▶ [REQUIRED WORK]
The lines below starting at the line containing "v5 (-355,-580,100)" and ending at the line containing "face PLANE(AX(P(-355,-580,2340),D(0,0,-1),D(1,0,0))) [-e12" are to be repeated exactly, with both ends kept and nothing else added.

[Stored items]
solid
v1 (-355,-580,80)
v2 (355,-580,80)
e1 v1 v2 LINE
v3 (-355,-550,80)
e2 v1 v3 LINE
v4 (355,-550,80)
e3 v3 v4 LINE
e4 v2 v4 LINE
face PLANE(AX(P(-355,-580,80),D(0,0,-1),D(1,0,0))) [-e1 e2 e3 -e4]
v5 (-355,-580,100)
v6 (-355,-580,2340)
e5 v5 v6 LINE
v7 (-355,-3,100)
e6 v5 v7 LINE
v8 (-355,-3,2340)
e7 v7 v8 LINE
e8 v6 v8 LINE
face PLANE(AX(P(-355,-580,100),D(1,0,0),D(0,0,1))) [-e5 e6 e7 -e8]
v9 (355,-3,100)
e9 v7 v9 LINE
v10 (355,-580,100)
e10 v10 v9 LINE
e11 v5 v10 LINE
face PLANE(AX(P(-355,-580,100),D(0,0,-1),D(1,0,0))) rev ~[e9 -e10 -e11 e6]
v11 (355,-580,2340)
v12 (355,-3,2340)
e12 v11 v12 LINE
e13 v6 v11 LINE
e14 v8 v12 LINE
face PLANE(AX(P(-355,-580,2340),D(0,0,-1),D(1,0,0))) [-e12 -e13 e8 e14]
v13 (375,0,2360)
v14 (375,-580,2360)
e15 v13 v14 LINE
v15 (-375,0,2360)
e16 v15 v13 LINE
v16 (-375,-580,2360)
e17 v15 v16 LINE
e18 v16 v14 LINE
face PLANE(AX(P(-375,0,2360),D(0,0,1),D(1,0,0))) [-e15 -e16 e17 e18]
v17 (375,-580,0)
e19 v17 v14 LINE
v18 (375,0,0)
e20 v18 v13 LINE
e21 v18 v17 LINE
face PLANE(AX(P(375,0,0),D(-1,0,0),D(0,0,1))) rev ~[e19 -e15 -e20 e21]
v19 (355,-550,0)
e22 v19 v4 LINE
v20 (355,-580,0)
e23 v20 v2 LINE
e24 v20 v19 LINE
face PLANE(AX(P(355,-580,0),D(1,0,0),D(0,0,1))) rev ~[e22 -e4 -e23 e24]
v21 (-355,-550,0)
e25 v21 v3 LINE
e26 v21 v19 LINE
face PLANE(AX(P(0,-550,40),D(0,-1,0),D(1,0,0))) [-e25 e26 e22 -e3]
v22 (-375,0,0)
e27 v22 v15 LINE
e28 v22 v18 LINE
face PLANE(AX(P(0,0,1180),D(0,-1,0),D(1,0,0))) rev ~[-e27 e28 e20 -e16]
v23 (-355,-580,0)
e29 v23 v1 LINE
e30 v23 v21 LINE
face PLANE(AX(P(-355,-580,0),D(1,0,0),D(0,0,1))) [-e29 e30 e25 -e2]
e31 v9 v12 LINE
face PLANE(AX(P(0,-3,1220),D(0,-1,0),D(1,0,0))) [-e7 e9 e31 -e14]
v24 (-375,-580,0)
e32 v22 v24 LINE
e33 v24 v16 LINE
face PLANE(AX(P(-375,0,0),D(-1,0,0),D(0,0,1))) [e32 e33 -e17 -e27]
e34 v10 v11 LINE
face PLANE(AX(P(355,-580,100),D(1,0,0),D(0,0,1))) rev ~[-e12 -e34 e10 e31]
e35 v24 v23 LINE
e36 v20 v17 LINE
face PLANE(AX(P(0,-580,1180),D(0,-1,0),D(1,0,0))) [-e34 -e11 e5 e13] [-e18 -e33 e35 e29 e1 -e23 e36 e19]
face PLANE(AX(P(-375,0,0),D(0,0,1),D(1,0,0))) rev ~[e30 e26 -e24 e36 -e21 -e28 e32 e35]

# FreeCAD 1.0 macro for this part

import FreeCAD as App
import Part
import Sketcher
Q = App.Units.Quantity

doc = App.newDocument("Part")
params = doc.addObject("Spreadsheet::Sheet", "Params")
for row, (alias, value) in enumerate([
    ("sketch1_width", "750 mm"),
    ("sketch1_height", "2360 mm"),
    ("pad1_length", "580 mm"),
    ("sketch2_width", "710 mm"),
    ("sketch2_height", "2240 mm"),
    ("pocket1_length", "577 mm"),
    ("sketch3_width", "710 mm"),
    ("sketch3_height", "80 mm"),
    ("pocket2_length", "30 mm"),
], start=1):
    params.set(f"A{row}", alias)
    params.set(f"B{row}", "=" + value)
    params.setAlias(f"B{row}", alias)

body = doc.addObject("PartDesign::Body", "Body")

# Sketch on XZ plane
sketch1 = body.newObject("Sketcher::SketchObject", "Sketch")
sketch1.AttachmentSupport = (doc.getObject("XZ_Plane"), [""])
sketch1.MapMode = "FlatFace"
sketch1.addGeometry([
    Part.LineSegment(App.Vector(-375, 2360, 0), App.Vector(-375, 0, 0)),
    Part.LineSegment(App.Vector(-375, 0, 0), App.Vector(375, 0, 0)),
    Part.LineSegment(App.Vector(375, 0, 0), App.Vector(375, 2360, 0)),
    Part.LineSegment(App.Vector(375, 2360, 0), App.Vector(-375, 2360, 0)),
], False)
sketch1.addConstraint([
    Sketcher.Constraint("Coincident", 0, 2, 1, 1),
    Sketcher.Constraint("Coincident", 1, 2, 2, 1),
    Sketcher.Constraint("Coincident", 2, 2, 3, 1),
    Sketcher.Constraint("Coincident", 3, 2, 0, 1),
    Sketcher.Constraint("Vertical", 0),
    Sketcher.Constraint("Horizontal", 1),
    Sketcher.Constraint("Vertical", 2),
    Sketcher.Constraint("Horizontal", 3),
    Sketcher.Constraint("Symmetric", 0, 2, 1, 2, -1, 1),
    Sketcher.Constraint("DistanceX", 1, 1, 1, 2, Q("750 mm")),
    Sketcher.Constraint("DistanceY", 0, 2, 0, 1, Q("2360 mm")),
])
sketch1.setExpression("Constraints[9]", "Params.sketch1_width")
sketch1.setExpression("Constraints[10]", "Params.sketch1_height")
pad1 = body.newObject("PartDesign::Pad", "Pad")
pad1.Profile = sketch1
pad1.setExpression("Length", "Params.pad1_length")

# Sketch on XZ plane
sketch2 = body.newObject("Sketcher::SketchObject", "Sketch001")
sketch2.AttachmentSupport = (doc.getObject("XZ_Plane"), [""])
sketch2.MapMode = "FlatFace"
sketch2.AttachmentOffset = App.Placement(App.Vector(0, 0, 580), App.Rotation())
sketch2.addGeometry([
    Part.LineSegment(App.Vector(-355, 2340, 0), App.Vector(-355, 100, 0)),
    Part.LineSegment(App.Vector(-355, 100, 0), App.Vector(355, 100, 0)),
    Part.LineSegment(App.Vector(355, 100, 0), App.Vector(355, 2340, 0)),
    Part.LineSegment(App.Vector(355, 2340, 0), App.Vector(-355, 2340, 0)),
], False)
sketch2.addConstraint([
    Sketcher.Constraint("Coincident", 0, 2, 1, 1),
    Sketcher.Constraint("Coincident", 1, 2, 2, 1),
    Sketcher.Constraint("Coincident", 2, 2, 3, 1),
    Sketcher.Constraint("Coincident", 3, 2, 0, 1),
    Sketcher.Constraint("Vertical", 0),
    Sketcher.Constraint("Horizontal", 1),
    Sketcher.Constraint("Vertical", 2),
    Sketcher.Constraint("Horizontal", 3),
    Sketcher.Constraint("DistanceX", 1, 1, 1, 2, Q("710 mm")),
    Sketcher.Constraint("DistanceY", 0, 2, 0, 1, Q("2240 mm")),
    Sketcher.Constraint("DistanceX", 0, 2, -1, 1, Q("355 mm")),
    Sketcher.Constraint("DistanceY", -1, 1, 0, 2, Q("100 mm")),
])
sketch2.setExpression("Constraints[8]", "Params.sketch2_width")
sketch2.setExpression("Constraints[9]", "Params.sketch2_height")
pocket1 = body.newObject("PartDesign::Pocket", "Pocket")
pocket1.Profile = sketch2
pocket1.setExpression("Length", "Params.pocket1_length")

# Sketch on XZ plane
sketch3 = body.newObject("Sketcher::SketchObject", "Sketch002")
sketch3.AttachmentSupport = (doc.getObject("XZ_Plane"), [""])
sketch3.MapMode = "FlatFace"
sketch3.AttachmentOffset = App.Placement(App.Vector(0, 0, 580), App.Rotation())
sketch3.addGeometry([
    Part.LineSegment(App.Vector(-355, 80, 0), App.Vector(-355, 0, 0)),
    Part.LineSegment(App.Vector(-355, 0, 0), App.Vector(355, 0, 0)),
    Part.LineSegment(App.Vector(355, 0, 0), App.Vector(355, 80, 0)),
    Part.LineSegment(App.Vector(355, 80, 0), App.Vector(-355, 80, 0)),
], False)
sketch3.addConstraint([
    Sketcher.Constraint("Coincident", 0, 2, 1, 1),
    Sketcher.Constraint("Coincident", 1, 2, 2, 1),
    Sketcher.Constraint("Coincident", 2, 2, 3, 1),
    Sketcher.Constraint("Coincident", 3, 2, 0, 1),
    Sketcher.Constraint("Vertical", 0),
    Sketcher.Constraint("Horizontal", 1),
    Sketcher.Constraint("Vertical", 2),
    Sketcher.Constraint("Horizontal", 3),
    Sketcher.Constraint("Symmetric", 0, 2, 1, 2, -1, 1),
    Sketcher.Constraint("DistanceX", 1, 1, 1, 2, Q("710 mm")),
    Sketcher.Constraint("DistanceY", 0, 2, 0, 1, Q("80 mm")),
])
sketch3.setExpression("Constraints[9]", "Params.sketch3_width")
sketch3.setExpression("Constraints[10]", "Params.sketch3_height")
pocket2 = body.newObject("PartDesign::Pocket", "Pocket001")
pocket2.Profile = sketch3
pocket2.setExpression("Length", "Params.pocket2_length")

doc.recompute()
==
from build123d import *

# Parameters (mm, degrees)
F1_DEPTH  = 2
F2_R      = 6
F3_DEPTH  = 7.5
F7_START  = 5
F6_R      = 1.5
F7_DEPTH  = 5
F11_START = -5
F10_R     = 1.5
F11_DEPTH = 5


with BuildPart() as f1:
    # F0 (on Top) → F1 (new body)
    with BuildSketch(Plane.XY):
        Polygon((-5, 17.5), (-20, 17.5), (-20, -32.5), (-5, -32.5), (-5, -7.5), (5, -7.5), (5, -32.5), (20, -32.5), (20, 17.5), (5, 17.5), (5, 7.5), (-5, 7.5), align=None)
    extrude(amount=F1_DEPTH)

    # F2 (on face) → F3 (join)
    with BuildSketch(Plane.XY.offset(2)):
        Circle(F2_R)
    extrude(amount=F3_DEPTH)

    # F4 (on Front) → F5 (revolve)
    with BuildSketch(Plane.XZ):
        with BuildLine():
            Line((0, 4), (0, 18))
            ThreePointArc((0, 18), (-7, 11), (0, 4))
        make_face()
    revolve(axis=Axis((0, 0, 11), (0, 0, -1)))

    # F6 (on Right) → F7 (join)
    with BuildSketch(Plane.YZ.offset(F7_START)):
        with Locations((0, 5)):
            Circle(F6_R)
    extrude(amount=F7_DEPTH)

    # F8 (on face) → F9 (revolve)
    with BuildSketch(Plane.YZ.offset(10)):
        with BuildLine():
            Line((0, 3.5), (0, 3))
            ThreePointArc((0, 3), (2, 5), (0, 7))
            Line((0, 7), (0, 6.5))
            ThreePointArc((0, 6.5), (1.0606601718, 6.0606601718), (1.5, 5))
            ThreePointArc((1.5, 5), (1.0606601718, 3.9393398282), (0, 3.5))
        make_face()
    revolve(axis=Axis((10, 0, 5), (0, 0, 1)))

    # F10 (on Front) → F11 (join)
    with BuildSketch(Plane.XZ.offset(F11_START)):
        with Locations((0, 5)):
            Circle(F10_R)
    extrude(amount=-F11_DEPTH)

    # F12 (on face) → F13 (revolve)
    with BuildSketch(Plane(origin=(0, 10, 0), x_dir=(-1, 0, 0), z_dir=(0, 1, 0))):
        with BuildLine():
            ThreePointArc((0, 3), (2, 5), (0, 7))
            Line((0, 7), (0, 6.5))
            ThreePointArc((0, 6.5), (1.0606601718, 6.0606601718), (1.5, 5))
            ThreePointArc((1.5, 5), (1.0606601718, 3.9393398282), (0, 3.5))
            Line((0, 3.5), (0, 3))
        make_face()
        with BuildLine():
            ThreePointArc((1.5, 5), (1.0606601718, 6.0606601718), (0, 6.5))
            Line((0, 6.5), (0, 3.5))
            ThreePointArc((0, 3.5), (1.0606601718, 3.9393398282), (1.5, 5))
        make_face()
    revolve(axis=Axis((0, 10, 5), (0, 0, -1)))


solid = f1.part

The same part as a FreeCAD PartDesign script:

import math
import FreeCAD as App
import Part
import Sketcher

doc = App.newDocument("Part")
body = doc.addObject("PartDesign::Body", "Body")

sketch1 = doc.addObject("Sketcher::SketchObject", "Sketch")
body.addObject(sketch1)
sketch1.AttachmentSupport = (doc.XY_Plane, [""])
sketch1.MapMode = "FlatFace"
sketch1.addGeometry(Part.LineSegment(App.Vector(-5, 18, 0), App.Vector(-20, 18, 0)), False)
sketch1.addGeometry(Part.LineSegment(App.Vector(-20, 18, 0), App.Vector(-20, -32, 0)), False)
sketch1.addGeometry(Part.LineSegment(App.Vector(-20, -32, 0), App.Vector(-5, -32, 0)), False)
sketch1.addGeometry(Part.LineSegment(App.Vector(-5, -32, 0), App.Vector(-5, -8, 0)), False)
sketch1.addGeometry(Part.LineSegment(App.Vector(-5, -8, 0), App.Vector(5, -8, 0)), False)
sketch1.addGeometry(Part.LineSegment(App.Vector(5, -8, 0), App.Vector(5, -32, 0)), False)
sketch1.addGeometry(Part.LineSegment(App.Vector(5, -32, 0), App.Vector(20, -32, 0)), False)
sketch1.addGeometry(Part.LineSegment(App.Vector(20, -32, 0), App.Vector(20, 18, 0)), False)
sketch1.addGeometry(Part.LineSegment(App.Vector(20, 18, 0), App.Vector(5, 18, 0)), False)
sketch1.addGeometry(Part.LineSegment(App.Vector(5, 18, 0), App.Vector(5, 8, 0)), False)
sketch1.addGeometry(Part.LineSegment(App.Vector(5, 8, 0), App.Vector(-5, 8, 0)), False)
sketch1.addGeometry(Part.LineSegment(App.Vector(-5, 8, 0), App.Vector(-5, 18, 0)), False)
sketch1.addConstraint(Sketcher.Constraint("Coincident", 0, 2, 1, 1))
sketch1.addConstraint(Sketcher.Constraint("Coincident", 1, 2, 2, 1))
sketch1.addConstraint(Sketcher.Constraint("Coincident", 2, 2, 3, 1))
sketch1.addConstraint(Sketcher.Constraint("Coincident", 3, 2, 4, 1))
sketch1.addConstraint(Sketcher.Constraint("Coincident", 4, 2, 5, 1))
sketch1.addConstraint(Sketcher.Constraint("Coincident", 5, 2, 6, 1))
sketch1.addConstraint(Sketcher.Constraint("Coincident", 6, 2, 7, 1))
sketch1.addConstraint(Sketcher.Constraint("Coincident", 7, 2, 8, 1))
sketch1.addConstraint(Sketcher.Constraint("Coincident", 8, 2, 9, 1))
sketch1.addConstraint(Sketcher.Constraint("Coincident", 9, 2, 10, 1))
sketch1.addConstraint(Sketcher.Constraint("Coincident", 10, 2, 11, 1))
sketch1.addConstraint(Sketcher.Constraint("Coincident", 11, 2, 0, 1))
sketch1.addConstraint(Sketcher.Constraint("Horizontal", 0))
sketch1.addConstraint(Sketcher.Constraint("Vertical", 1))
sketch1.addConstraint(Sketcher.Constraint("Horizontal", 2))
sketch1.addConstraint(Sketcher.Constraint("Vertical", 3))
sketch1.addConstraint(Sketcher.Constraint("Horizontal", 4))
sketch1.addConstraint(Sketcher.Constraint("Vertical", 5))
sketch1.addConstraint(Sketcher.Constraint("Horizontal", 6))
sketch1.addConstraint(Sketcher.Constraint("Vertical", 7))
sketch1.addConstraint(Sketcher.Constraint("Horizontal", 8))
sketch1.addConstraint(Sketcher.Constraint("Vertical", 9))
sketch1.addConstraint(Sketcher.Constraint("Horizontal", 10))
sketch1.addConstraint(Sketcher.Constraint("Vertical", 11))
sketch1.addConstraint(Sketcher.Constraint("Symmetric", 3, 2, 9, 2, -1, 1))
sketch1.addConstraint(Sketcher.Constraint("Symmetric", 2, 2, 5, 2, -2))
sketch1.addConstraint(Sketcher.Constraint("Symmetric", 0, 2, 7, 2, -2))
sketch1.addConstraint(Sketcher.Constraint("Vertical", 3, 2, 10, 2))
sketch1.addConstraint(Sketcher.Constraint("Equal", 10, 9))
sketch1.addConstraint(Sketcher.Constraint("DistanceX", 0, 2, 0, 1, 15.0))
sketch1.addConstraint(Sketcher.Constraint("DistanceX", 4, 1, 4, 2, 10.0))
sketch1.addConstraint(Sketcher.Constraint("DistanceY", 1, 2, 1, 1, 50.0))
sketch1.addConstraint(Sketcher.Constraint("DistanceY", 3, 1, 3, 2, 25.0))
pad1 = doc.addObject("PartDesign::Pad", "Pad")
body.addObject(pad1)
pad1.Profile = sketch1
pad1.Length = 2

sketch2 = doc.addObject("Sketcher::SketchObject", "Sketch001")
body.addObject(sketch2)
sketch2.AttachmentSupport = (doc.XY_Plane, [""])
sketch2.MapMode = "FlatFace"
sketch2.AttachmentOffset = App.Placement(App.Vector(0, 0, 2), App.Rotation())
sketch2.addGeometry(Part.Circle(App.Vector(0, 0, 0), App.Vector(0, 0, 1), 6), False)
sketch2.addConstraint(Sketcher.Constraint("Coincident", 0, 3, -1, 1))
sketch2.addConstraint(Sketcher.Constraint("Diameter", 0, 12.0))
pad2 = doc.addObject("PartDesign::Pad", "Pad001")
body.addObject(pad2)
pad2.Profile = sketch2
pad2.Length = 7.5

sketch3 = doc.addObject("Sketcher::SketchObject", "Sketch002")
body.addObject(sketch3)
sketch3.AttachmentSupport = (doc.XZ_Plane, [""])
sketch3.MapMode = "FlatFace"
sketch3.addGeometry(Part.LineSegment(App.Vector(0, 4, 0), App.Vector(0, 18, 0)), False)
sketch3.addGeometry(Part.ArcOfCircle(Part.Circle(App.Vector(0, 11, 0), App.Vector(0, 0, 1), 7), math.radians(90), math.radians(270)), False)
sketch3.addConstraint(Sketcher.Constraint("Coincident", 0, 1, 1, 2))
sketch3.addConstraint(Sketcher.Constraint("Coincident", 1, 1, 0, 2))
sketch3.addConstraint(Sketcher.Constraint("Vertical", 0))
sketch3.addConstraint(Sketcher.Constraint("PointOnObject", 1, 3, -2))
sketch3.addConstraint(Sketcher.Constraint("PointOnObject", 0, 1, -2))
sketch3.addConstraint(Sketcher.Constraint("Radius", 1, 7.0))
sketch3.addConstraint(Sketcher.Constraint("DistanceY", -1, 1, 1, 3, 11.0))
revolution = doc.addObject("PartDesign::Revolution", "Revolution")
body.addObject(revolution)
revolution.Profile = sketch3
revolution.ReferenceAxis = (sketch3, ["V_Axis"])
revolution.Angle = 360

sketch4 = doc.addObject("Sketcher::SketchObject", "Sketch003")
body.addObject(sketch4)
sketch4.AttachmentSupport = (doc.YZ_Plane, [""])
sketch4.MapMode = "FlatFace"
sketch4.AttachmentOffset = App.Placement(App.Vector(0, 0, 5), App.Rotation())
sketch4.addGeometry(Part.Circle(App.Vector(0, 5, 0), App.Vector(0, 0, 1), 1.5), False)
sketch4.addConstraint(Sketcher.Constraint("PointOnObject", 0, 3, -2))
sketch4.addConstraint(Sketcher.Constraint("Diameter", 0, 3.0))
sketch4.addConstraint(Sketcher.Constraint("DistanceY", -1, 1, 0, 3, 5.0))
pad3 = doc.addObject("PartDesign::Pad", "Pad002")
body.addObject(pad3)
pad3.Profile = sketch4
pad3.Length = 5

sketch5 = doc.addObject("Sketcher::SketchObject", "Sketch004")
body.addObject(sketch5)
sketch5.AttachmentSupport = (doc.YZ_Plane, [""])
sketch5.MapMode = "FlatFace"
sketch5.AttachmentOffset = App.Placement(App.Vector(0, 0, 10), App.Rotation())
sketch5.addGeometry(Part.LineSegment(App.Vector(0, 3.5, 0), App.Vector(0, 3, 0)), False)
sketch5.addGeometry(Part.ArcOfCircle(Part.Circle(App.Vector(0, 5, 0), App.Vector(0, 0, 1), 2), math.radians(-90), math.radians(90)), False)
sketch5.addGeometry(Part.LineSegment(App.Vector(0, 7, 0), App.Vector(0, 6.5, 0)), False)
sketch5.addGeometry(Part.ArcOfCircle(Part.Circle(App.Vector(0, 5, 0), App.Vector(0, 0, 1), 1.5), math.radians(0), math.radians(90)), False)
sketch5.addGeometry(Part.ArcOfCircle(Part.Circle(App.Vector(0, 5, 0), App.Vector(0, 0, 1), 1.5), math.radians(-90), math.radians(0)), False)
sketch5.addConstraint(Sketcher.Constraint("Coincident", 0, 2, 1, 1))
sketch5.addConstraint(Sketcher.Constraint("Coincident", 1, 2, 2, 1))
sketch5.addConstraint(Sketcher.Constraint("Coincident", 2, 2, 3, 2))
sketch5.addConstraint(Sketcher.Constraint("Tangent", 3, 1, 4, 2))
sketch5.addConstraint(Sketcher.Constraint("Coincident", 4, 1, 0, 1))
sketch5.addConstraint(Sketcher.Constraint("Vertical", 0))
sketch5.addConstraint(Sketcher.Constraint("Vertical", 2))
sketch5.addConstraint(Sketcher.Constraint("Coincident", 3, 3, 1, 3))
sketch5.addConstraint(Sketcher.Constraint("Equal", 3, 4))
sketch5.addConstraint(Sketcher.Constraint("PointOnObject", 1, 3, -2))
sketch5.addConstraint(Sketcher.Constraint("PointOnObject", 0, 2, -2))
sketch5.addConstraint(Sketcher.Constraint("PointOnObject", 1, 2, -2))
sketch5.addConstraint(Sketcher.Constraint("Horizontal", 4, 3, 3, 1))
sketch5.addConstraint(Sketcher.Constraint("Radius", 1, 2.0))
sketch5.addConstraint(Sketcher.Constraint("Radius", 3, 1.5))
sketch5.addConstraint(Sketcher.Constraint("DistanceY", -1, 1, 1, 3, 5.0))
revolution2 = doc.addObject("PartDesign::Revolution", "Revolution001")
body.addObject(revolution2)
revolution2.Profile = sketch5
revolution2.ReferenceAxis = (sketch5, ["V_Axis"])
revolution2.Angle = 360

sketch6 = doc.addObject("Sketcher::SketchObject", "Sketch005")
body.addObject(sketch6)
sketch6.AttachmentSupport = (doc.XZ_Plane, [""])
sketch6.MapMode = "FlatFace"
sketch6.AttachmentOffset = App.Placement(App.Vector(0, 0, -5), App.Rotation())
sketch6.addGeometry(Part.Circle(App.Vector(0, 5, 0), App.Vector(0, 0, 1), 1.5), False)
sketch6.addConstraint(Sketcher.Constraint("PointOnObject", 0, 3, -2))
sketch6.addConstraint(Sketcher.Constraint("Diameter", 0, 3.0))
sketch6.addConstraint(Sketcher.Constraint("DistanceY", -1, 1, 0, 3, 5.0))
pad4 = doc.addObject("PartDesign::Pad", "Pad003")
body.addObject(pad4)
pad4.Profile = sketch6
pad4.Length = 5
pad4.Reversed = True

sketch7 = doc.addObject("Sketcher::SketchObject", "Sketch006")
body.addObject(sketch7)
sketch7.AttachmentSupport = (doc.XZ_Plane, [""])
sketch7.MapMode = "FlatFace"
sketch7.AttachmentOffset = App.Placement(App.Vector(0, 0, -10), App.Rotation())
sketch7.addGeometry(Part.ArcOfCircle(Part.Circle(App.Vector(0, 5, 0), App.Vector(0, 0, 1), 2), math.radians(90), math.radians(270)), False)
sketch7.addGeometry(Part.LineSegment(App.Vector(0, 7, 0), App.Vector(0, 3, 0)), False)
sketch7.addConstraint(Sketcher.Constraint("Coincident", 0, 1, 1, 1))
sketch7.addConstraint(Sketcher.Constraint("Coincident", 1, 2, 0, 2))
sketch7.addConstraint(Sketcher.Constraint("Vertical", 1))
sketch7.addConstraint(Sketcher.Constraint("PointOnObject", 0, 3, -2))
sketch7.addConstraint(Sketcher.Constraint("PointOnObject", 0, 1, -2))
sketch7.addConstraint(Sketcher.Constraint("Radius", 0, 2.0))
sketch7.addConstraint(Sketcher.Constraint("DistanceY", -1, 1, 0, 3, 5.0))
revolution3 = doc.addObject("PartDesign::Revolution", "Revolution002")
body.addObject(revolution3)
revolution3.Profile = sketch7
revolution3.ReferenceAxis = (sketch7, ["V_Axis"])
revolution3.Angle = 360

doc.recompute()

▶ [SOLUTION FOR THIS TASK]
v5 (-355,-580,100)
v6 (-355,-580,2340)
e5 v5 v6 LINE
v7 (-355,-3,100)
e6 v5 v7 LINE
v8 (-355,-3,2340)
e7 v7 v8 LINE
e8 v6 v8 LINE
face PLANE(AX(P(-355,-580,100),D(1,0,0),D(0,0,1))) [-e5 e6 e7 -e8]
v9 (355,-3,100)
e9 v7 v9 LINE
v10 (355,-580,100)
e10 v10 v9 LINE
e11 v5 v10 LINE
face PLANE(AX(P(-355,-580,100),D(0,0,-1),D(1,0,0))) rev ~[e9 -e10 -e11 e6]
v11 (355,-580,2340)
v12 (355,-3,2340)
e12 v11 v12 LINE
e13 v6 v11 LINE
e14 v8 v12 LINE
face PLANE(AX(P(-355,-580,2340),D(0,0,-1),D(1,0,0))) [-e12 -e13 e8 e14]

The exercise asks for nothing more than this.